THE RECORDS
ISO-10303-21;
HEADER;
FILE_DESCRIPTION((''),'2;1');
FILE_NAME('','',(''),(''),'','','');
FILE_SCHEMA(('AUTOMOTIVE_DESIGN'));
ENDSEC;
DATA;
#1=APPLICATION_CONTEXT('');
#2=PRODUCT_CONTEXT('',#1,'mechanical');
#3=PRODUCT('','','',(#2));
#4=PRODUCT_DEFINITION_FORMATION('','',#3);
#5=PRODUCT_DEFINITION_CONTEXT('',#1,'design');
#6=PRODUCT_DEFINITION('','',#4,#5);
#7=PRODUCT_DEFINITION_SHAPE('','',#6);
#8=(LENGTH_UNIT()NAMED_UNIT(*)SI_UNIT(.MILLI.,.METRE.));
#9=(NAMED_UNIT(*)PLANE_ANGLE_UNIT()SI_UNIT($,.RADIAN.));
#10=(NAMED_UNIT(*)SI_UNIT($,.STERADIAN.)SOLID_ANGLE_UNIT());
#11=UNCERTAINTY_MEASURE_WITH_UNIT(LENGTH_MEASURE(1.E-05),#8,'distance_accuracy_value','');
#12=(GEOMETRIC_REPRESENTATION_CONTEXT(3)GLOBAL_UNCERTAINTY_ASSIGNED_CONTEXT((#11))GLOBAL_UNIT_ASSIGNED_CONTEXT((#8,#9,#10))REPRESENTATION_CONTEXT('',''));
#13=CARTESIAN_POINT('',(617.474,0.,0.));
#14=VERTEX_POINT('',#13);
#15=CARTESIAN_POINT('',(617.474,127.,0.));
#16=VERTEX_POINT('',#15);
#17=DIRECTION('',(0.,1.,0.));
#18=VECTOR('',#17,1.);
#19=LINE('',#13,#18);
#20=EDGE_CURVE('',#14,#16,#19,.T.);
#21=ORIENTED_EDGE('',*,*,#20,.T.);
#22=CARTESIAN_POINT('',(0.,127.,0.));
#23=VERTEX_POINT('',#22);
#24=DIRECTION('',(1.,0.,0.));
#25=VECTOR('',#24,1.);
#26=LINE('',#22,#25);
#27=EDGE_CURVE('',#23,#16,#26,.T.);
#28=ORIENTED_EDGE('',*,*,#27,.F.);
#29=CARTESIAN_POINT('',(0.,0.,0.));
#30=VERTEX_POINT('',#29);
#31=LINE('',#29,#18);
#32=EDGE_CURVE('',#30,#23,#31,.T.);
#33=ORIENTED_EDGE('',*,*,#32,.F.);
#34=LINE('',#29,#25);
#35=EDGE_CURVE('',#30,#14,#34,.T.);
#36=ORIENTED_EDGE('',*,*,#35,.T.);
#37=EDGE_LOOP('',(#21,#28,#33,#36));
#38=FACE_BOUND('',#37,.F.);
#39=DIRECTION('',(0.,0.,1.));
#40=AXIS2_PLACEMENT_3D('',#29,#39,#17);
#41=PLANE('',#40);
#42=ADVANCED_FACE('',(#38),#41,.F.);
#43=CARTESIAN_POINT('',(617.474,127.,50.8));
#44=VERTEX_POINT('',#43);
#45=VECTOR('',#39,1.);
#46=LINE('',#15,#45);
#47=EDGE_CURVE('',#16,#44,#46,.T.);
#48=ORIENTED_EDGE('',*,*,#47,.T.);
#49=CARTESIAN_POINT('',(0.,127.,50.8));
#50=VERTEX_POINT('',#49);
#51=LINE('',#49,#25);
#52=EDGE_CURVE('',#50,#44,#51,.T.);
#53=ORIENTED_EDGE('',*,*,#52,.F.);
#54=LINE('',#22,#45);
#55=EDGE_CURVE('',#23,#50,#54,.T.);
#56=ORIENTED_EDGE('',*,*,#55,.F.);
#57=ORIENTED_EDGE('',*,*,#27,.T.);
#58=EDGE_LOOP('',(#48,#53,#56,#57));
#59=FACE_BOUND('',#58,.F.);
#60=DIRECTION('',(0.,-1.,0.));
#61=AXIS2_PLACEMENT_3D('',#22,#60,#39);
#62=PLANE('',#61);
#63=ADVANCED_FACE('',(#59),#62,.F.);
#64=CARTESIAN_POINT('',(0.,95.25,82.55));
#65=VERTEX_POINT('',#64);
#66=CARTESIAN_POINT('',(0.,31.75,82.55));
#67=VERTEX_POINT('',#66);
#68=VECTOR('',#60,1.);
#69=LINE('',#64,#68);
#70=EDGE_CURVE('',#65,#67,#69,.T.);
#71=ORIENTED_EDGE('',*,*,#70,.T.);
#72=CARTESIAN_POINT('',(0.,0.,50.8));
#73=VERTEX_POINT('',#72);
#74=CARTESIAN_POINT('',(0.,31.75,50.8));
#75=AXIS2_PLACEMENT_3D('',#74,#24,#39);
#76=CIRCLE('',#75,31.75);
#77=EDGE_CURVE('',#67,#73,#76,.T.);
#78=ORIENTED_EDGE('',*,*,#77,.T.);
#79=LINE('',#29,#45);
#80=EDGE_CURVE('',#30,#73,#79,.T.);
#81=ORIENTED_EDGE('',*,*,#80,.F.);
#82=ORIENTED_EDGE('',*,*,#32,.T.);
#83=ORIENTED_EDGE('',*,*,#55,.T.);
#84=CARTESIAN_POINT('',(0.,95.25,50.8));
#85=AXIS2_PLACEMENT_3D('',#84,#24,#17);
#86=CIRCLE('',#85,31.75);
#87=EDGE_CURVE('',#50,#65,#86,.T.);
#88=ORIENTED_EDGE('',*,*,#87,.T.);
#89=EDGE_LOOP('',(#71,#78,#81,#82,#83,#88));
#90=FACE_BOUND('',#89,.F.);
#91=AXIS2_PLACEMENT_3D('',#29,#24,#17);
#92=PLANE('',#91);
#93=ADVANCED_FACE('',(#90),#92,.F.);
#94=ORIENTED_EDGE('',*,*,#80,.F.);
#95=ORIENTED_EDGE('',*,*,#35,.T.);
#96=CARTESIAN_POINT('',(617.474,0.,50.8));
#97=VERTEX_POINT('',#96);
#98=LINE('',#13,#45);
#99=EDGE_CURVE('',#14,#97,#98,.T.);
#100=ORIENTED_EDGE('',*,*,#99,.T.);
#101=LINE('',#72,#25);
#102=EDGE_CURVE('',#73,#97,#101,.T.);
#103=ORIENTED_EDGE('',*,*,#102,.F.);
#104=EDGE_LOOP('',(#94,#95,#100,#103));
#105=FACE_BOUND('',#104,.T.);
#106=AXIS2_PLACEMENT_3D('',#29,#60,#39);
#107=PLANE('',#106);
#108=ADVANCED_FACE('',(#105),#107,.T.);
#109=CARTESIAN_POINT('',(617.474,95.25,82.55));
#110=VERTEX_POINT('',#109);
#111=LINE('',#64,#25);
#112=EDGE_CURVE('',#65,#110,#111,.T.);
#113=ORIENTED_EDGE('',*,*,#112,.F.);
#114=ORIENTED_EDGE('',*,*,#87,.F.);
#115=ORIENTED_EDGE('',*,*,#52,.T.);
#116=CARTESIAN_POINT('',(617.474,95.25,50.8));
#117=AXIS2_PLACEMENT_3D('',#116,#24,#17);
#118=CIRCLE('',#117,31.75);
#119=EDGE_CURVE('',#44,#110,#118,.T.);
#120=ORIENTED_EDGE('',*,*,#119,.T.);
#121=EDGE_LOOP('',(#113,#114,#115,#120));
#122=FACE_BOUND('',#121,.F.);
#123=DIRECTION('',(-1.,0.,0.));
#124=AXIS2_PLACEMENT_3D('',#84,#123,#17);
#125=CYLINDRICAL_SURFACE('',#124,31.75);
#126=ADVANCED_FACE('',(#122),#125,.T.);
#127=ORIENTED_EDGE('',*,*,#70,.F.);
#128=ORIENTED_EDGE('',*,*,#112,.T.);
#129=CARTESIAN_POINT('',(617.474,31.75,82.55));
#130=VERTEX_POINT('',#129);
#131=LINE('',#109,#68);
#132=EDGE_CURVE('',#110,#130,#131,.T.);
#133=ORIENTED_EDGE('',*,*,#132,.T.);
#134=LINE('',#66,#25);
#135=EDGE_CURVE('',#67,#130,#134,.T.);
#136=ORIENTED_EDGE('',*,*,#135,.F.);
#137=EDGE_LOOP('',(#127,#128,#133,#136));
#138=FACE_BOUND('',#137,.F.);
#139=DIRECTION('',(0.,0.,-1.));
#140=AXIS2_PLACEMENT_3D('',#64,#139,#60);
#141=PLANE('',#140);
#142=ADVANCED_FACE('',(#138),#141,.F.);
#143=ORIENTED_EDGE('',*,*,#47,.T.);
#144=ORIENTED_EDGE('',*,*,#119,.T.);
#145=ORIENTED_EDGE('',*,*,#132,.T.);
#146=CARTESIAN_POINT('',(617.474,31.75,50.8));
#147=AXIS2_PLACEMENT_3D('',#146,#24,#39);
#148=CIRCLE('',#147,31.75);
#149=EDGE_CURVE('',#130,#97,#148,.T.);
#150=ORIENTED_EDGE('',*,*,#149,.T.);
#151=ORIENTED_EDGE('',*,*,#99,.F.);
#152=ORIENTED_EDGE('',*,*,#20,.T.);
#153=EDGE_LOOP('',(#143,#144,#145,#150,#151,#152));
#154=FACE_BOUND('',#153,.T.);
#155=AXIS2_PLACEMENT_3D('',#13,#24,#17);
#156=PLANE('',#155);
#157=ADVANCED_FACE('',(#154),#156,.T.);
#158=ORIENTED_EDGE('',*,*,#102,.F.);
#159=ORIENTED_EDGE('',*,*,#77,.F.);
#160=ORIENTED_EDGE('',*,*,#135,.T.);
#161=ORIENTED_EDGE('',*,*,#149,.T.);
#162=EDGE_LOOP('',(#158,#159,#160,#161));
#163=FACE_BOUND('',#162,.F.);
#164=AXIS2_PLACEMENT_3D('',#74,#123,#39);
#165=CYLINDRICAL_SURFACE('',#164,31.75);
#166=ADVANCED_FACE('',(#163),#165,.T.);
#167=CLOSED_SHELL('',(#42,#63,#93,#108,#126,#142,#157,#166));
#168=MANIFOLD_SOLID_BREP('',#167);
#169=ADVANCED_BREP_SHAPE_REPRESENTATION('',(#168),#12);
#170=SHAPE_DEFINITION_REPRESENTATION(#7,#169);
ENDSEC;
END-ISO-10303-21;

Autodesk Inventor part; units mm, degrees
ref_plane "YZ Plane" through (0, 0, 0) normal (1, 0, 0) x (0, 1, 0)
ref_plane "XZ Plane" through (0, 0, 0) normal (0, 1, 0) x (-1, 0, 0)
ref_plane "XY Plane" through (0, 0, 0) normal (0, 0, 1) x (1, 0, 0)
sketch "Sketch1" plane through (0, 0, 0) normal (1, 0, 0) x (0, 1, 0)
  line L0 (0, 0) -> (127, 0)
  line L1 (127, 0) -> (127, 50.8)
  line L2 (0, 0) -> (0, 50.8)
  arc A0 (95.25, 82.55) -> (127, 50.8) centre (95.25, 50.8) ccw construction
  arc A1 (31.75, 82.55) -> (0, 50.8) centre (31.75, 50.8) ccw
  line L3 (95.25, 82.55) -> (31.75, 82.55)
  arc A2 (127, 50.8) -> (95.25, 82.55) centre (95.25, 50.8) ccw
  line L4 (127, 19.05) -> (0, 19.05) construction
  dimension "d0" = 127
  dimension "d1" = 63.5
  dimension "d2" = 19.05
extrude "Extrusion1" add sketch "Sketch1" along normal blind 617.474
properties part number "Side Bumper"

==

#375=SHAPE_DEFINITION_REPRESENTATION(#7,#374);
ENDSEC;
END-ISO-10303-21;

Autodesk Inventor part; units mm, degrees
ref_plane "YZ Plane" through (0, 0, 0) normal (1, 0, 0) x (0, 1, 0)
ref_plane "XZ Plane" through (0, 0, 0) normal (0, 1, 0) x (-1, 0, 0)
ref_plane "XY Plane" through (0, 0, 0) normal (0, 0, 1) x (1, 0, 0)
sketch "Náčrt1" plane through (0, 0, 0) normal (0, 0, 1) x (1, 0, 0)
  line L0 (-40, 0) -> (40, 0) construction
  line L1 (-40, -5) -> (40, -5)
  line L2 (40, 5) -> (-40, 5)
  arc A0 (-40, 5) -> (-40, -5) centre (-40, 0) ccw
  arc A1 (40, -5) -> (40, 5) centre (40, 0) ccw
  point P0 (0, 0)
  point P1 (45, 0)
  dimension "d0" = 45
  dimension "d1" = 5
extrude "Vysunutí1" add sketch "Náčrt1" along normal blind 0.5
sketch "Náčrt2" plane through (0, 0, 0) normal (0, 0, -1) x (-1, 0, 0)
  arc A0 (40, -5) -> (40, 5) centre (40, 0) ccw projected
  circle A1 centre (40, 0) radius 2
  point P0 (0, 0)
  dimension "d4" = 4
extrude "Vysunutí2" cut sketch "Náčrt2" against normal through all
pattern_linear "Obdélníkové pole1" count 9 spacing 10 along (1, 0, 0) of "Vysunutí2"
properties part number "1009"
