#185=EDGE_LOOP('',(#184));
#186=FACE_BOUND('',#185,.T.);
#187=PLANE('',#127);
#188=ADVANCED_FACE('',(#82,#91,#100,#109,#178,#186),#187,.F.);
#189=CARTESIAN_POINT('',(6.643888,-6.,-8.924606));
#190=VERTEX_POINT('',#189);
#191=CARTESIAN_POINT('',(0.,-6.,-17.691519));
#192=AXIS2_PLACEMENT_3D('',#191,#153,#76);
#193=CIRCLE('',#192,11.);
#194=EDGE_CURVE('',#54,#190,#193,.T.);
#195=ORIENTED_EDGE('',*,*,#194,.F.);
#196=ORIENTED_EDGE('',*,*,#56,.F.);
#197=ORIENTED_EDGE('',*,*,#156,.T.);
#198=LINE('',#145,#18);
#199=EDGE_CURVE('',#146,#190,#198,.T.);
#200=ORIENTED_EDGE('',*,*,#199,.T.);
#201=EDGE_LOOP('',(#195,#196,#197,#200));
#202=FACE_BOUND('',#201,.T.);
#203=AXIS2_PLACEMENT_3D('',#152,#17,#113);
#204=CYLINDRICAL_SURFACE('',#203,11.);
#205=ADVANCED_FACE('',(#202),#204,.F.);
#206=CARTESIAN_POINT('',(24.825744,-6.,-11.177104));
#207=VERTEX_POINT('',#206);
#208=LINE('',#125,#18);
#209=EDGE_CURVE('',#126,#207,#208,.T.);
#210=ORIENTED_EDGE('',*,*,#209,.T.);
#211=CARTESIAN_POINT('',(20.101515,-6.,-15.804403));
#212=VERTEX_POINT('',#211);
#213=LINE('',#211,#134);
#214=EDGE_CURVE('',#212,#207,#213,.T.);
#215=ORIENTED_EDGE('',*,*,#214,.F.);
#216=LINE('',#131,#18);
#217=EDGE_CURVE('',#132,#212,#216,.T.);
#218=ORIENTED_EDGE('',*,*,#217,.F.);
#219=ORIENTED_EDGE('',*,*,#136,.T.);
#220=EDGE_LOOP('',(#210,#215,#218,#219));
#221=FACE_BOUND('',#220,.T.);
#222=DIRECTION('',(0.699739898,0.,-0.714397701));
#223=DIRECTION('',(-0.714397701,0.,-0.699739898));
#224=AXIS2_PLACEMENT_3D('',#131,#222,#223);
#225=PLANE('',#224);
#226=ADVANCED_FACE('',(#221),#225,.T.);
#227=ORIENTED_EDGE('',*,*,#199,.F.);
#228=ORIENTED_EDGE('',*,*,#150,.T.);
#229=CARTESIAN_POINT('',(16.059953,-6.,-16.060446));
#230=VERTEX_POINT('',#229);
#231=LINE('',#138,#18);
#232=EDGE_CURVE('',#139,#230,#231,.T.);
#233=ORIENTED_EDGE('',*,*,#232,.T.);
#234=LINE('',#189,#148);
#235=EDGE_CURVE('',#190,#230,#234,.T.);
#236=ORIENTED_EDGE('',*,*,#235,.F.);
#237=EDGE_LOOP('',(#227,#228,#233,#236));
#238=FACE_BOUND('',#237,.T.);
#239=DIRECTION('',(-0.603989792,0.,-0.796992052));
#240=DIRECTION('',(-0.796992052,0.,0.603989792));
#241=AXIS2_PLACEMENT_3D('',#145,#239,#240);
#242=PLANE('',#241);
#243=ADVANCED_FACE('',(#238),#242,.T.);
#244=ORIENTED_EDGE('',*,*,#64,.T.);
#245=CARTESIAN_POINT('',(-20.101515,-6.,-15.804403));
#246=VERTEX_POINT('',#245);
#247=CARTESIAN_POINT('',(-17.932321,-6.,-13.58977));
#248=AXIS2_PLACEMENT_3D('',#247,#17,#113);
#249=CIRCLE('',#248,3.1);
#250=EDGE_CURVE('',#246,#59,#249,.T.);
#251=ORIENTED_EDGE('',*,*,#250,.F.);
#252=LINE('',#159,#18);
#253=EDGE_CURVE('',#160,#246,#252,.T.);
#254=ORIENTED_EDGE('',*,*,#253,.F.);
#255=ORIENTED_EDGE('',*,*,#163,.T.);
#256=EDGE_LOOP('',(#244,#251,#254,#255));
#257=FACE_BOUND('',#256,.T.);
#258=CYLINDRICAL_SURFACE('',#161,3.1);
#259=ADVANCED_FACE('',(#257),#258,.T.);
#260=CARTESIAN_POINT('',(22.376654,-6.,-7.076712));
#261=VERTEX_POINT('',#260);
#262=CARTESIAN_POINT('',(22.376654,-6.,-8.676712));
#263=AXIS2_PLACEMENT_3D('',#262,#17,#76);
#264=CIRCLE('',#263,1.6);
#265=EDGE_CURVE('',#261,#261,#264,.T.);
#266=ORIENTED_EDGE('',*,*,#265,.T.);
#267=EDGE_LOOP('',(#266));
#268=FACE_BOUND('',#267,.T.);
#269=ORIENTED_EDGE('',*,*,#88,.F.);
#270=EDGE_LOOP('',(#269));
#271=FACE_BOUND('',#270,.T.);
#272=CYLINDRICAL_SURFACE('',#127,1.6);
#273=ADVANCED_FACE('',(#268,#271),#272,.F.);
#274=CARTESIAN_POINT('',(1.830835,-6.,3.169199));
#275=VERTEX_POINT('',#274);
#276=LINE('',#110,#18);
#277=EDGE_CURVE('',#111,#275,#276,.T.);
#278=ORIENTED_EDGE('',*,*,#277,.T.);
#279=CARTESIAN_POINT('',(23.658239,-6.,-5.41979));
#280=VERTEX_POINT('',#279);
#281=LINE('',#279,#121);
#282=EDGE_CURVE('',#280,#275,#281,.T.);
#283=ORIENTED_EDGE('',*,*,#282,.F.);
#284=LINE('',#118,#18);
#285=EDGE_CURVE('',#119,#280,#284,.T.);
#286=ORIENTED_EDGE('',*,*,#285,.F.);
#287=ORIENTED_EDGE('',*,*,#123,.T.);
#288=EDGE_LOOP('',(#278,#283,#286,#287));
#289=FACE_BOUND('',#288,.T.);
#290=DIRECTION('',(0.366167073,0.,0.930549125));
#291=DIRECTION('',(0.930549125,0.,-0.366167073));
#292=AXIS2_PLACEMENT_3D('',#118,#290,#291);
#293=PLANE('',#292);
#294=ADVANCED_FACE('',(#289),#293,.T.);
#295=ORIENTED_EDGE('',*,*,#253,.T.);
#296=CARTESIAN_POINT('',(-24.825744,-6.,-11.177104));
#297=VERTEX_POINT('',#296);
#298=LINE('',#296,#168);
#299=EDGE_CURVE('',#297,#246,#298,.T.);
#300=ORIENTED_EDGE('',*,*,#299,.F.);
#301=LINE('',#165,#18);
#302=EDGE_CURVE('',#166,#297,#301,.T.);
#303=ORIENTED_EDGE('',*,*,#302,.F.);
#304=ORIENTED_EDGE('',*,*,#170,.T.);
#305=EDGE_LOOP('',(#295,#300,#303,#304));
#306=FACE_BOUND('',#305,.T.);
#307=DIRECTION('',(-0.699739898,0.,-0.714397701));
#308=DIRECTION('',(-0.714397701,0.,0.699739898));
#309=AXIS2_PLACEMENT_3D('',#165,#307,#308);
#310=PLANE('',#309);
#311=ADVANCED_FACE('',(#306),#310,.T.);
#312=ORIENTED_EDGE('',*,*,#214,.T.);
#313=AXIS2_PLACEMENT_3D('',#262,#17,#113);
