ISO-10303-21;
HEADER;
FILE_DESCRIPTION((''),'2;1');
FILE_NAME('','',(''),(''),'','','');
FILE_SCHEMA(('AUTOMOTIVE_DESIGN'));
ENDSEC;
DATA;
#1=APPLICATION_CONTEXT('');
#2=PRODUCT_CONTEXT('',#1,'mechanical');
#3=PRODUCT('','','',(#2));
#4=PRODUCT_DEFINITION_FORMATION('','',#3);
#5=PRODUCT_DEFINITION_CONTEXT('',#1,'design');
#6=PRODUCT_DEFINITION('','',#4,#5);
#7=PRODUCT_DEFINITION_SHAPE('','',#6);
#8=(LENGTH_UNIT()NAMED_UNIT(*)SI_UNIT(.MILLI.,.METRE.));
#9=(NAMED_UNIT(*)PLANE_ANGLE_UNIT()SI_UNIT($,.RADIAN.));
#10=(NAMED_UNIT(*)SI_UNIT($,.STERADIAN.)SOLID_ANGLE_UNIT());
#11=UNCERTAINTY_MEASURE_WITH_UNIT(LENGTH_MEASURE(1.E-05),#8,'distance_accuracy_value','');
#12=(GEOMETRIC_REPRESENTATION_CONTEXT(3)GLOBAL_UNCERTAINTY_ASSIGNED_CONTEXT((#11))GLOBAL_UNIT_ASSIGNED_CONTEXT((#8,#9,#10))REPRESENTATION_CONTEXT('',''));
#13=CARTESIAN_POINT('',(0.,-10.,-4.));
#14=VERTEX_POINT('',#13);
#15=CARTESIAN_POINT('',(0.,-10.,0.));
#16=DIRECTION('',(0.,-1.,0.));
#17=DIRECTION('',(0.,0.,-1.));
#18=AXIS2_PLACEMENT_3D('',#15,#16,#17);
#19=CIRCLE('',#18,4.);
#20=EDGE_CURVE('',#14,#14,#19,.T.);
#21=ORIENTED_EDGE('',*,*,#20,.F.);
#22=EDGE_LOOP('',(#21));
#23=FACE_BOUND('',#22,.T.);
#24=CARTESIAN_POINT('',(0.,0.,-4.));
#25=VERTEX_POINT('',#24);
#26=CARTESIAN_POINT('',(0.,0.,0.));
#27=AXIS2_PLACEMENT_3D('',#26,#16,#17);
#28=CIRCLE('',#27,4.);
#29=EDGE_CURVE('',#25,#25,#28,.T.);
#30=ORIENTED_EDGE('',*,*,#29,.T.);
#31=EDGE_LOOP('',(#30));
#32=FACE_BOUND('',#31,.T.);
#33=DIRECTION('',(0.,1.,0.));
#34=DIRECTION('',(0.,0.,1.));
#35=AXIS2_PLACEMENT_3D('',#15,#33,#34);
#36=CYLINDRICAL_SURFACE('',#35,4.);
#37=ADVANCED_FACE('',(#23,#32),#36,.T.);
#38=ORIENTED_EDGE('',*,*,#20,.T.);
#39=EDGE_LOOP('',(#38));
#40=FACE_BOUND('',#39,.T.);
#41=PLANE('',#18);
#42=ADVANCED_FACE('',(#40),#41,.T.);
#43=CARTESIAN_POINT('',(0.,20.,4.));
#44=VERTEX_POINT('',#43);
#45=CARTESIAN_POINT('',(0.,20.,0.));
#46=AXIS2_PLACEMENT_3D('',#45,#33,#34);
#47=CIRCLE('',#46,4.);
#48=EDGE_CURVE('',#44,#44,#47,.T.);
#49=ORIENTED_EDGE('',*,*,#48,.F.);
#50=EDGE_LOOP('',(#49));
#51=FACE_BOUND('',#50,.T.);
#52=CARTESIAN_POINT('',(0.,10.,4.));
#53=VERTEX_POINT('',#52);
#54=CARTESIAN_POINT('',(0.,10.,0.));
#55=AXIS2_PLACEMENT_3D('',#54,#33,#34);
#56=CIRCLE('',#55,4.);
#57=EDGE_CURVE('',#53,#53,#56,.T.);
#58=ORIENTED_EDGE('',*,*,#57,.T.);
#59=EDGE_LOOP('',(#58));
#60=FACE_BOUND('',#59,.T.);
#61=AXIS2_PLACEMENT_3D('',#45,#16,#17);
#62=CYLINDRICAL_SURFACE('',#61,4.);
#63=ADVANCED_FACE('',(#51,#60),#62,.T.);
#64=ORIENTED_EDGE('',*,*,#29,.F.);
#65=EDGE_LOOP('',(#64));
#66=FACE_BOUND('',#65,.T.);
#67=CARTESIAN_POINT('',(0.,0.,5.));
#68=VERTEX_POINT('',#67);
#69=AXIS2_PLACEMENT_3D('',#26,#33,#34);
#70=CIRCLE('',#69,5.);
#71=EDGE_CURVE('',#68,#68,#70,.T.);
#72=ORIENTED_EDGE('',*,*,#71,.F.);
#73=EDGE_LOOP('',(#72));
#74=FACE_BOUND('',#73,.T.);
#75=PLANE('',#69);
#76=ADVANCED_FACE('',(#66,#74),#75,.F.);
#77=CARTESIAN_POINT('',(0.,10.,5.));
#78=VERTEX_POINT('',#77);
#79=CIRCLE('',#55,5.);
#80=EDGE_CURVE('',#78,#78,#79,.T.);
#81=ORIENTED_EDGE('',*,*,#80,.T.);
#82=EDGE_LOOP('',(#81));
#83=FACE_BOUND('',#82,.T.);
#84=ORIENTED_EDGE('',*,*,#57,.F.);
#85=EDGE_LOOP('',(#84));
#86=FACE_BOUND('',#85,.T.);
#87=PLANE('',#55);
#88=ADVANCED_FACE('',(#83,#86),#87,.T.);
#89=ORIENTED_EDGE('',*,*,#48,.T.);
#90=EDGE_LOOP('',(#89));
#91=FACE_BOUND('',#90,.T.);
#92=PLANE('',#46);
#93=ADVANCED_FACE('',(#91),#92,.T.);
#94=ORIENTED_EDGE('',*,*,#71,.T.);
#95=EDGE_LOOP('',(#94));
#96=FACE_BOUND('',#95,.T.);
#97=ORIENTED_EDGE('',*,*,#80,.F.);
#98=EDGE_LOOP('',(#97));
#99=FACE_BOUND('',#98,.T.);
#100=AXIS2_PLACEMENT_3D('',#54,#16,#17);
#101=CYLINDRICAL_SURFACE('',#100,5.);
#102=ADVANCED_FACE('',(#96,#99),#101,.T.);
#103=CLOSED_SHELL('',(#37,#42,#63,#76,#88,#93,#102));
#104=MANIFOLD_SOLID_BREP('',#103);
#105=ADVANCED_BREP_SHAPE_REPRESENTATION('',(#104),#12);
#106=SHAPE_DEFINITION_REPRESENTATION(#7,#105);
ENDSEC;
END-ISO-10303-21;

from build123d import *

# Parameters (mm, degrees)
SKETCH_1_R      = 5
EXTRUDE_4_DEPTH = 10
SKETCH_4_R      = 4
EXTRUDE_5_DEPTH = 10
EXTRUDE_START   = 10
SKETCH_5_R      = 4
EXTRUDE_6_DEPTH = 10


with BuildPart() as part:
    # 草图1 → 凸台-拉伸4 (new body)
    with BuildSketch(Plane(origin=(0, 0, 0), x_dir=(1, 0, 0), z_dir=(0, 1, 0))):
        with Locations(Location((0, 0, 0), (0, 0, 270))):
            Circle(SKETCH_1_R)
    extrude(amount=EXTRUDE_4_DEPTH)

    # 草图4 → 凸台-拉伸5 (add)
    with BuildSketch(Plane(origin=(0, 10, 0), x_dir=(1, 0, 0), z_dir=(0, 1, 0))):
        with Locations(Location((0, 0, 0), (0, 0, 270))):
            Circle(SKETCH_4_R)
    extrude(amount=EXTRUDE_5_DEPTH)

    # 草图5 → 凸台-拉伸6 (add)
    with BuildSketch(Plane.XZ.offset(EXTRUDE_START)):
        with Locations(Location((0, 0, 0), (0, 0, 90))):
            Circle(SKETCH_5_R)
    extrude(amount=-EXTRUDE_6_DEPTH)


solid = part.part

WHAT IS NEEDED
Give only the lines from the one holding "#204=CYLINDRICAL_SURFACE('',#203,11.);" through the one holding "#221=FACE_BOUND('',#220,.T.);", each restated exactly as it appears above.

WRITTEN SOLUTION
#204=CYLINDRICAL_SURFACE('',#203,11.);
#205=ADVANCED_FACE('',(#202),#204,.F.);
#206=CARTESIAN_POINT('',(24.825744,-6.,-11.177104));
#207=VERTEX_POINT('',#206);
#208=LINE('',#125,#18);
#209=EDGE_CURVE('',#126,#207,#208,.T.);
#210=ORIENTED_EDGE('',*,*,#209,.T.);
#211=CARTESIAN_POINT('',(20.101515,-6.,-15.804403));
#212=VERTEX_POINT('',#211);
#213=LINE('',#211,#134);
#214=EDGE_CURVE('',#212,#207,#213,.T.);
#215=ORIENTED_EDGE('',*,*,#214,.F.);
#216=LINE('',#131,#18);
#217=EDGE_CURVE('',#132,#212,#216,.T.);
#218=ORIENTED_EDGE('',*,*,#217,.F.);
#219=ORIENTED_EDGE('',*,*,#136,.T.);
#220=EDGE_LOOP('',(#210,#215,#218,#219));
#221=FACE_BOUND('',#220,.T.);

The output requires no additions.